The Jumpstart Our Business Startups Act of 2012 (the "JOBS Act") contains provisions that, among other things, relax certain reporting requirements for qualifying public companies. We qualify as an "emerging growth company" and under the JOBS Act are allowed to comply with new or revised accounting pronouncements based on the effective date for private (not publicly traded) companies. We are electing to delay the adoption of new or revised accounting standards, and as a result, we may not comply with new or revised accounting standards on the relevant dates on which adoption of such standards is required for non-emerging growth companies. As a result, the financial statements may not be comparable to companies that comply with new or revised accounting pronouncements as of public company effective dates.

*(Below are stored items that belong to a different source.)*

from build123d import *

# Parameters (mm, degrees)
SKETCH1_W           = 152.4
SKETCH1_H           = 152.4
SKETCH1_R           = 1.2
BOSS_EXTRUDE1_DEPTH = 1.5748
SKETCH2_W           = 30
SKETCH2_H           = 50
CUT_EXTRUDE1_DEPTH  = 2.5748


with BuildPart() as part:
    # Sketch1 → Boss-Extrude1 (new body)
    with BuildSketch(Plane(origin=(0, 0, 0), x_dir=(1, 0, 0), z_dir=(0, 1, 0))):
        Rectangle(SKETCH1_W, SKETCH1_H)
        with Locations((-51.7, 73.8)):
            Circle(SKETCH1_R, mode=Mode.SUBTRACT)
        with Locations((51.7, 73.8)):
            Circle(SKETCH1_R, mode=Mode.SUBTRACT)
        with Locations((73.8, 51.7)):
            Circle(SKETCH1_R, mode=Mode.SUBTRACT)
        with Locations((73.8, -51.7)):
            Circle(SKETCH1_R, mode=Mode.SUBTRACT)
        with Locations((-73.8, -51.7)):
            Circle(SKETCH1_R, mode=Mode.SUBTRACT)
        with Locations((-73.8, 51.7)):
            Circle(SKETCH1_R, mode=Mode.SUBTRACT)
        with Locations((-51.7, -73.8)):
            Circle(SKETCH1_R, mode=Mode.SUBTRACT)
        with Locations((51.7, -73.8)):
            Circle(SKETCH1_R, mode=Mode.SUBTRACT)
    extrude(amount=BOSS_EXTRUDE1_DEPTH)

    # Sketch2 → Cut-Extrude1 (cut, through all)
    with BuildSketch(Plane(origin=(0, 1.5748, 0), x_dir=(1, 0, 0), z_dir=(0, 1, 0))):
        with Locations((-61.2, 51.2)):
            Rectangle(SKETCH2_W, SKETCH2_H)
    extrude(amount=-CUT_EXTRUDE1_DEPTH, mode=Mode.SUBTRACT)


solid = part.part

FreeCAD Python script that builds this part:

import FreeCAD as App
import Part
import Sketcher

V = App.Vector
Q = App.Units.Quantity


def add_polygon(sketch, points):
    """Adds a closed chain of lines whose ends are joined by coincident constraints."""
    first, n = sketch.GeometryCount, len(points)
    for a, b in zip(points, points[1:] + points[:1]):
        sketch.addGeometry(Part.LineSegment(App.Vector(*a, 0), App.Vector(*b, 0)), False)
    for i in range(n):
        sketch.addConstraint(Sketcher.Constraint("Coincident", first + i, 2, first + (i + 1) % n, 1))

doc = App.newDocument("Part")
params = doc.addObject("Spreadsheet::Sheet", "Params")
for row, (alias, value) in enumerate([
    ("sketch1_diameter", "2.4 mm"),
    ("sketch1_width", "152.4 mm"),
    ("pad1_length", "1.5748 mm"),
    ("sketch2_width", "30 mm"),
    ("sketch2_height", "50 mm"),
], start=1):
    params.set(f"A{row}", alias)
    params.set(f"B{row}", "=" + value)
    params.setAlias(f"B{row}", alias)

body = doc.addObject("PartDesign::Body", "Body")

# Sketch on XZ plane
sketch1 = body.newObject("Sketcher::SketchObject", "Sketch")
sketch1.AttachmentSupport = (doc.getObject("XZ_Plane"), [""])
sketch1.MapMode = "FlatFace"
add_polygon(sketch1, [(-76.2, -76.2), (-76.2, 76.2), (76.2, 76.2), (76.2, -76.2)])  # lines 0-3
sketch1.addGeometry(Part.Circle(V(-51.7, 73.8, 0), V(0, 0, 1), 1.2), False)  # 4
sketch1.addGeometry(Part.Circle(V(-73.8, 51.7, 0), V(0, 0, 1), 1.2), False)  # 5
sketch1.addGeometry(Part.Circle(V(51.7, 73.8, 0), V(0, 0, 1), 1.2), False)  # 6
sketch1.addGeometry(Part.Circle(V(73.8, 51.7, 0), V(0, 0, 1), 1.2), False)  # 7
sketch1.addGeometry(Part.Circle(V(-73.8, -51.7, 0), V(0, 0, 1), 1.2), False)  # 8
sketch1.addGeometry(Part.Circle(V(-51.7, -73.8, 0), V(0, 0, 1), 1.2), False)  # 9
sketch1.addGeometry(Part.Circle(V(73.8, -51.7, 0), V(0, 0, 1), 1.2), False)  # 10
sketch1.addGeometry(Part.Circle(V(51.7, -73.8, 0), V(0, 0, 1), 1.2), False)  # 11
sketch1.addConstraint([
    Sketcher.Constraint("Vertical", 0),
    Sketcher.Constraint("Horizontal", 1),
    Sketcher.Constraint("Vertical", 2),
    Sketcher.Constraint("Horizontal", 3),
    Sketcher.Constraint("Equal", 4, 5),
    Sketcher.Constraint("Equal", 5, 6),
    Sketcher.Constraint("Equal", 6, 7),
    Sketcher.Constraint("Equal", 7, 8),
    Sketcher.Constraint("Equal", 8, 9),
    Sketcher.Constraint("Equal", 9, 10),
    Sketcher.Constraint("Equal", 10, 11),
    Sketcher.Constraint("Symmetric", 7, 3, 8, 3, -1, 1),
    Sketcher.Constraint("Symmetric", 6, 3, 9, 3, -1, 1),
    Sketcher.Constraint("Symmetric", 5, 3, 10, 3, -1, 1),
    Sketcher.Constraint("Symmetric", 4, 3, 11, 3, -1, 1),
    Sketcher.Constraint("Symmetric", 0, 2, 2, 2, -1, 1),
    Sketcher.Constraint("Symmetric", 4, 3, 6, 3, -2),
    Sketcher.Constraint("Symmetric", 5, 3, 7, 3, -2),
    Sketcher.Constraint("Equal", 3, 0),
    Sketcher.Constraint("Diameter", 4, Q("2.4 mm")),
    Sketcher.Constraint("DistanceX", 1, 1, 1, 2, Q("152.4 mm")),
    Sketcher.Constraint("DistanceX", 0, 2, 7, 3, Q("150 mm")),
    Sketcher.Constraint("DistanceY", 2, 2, 6, 3, Q("150 mm")),
    Sketcher.Constraint("DistanceX", 4, 3, -1, 1, Q("51.7 mm")),
    Sketcher.Constraint("DistanceY", -1, 1, 5, 3, Q("51.7 mm")),
])
sketch1.setExpression("Constraints[23]", "Params.sketch1_diameter")
sketch1.setExpression("Constraints[24]", "Params.sketch1_width")
pad1 = body.newObject("PartDesign::Pad", "Pad")
pad1.Profile = sketch1
pad1.setExpression("Length", "Params.pad1_length")
pad1.Reversed = True

# Sketch on XZ plane
sketch2 = body.newObject("Sketcher::SketchObject", "Sketch001")
sketch2.AttachmentSupport = (doc.getObject("XZ_Plane"), [""])
sketch2.MapMode = "FlatFace"
sketch2.AttachmentOffset = App.Placement(V(0, 0, -1.5748), App.Rotation())
add_polygon(sketch2, [(-76, -76), (-76, -26), (-46, -26), (-46, -76)])  # lines 0-3
sketch2.addConstraint([
    Sketcher.Constraint("Vertical", 0),
    Sketcher.Constraint("Horizontal", 1),
    Sketcher.Constraint("Vertical", 2),
    Sketcher.Constraint("Horizontal", 3),
    Sketcher.Constraint("DistanceX", 1, 1, 1, 2, Q("30 mm")),
    Sketcher.Constraint("DistanceY", 0, 1, 0, 2, Q("50 mm")),
    Sketcher.Constraint("DistanceX", 0, 2, -1, 1, Q("76.2 mm")),
    Sketcher.Constraint("DistanceY", 0, 2, -1, 1, Q("26.2 mm")),
])
sketch2.setExpression("Constraints[8]", "Params.sketch2_width")
sketch2.setExpression("Constraints[9]", "Params.sketch2_height")
pocket1 = body.newObject("PartDesign::Pocket", "Pocket")
pocket1.Profile = sketch2
pocket1.Type = "ThroughAll"
pocket1.Reversed = True

doc.recompute()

Additionally, we are in the process of evaluating the benefits of relying on the other reduced reporting requirements provided by the JOBS Act. Subject to certain conditions set forth in the JOBS Act, if, as an "emerging growth company," we choose to rely on such exemptions we may not be required to, among other things, (i) provide an auditor's attestation report on our system of internal controls over financial reporting pursuant to Section 404, (ii) provide all of the compensation disclosure that may be required of non-emerging growth public companies under the Dodd-Frank Wall Street Reform and Consumer Protection Act, (iii) comply with any requirement that may be adopted by the Public Company Accounting Oversight Board regarding mandatory audit firm rotation or a supplement to the auditor's report providing additional information about the audit and the financial statements (auditor discussion and analysis) and (iv) disclose certain executive compensation related items such as the correlation between executive compensation and performance and comparisons of the CEO's compensation to median employee compensation. These exemptions will apply for a period of five years following the completion of our Initial Public Offering or until we are no longer an "emerging growth company," whichever is earlier.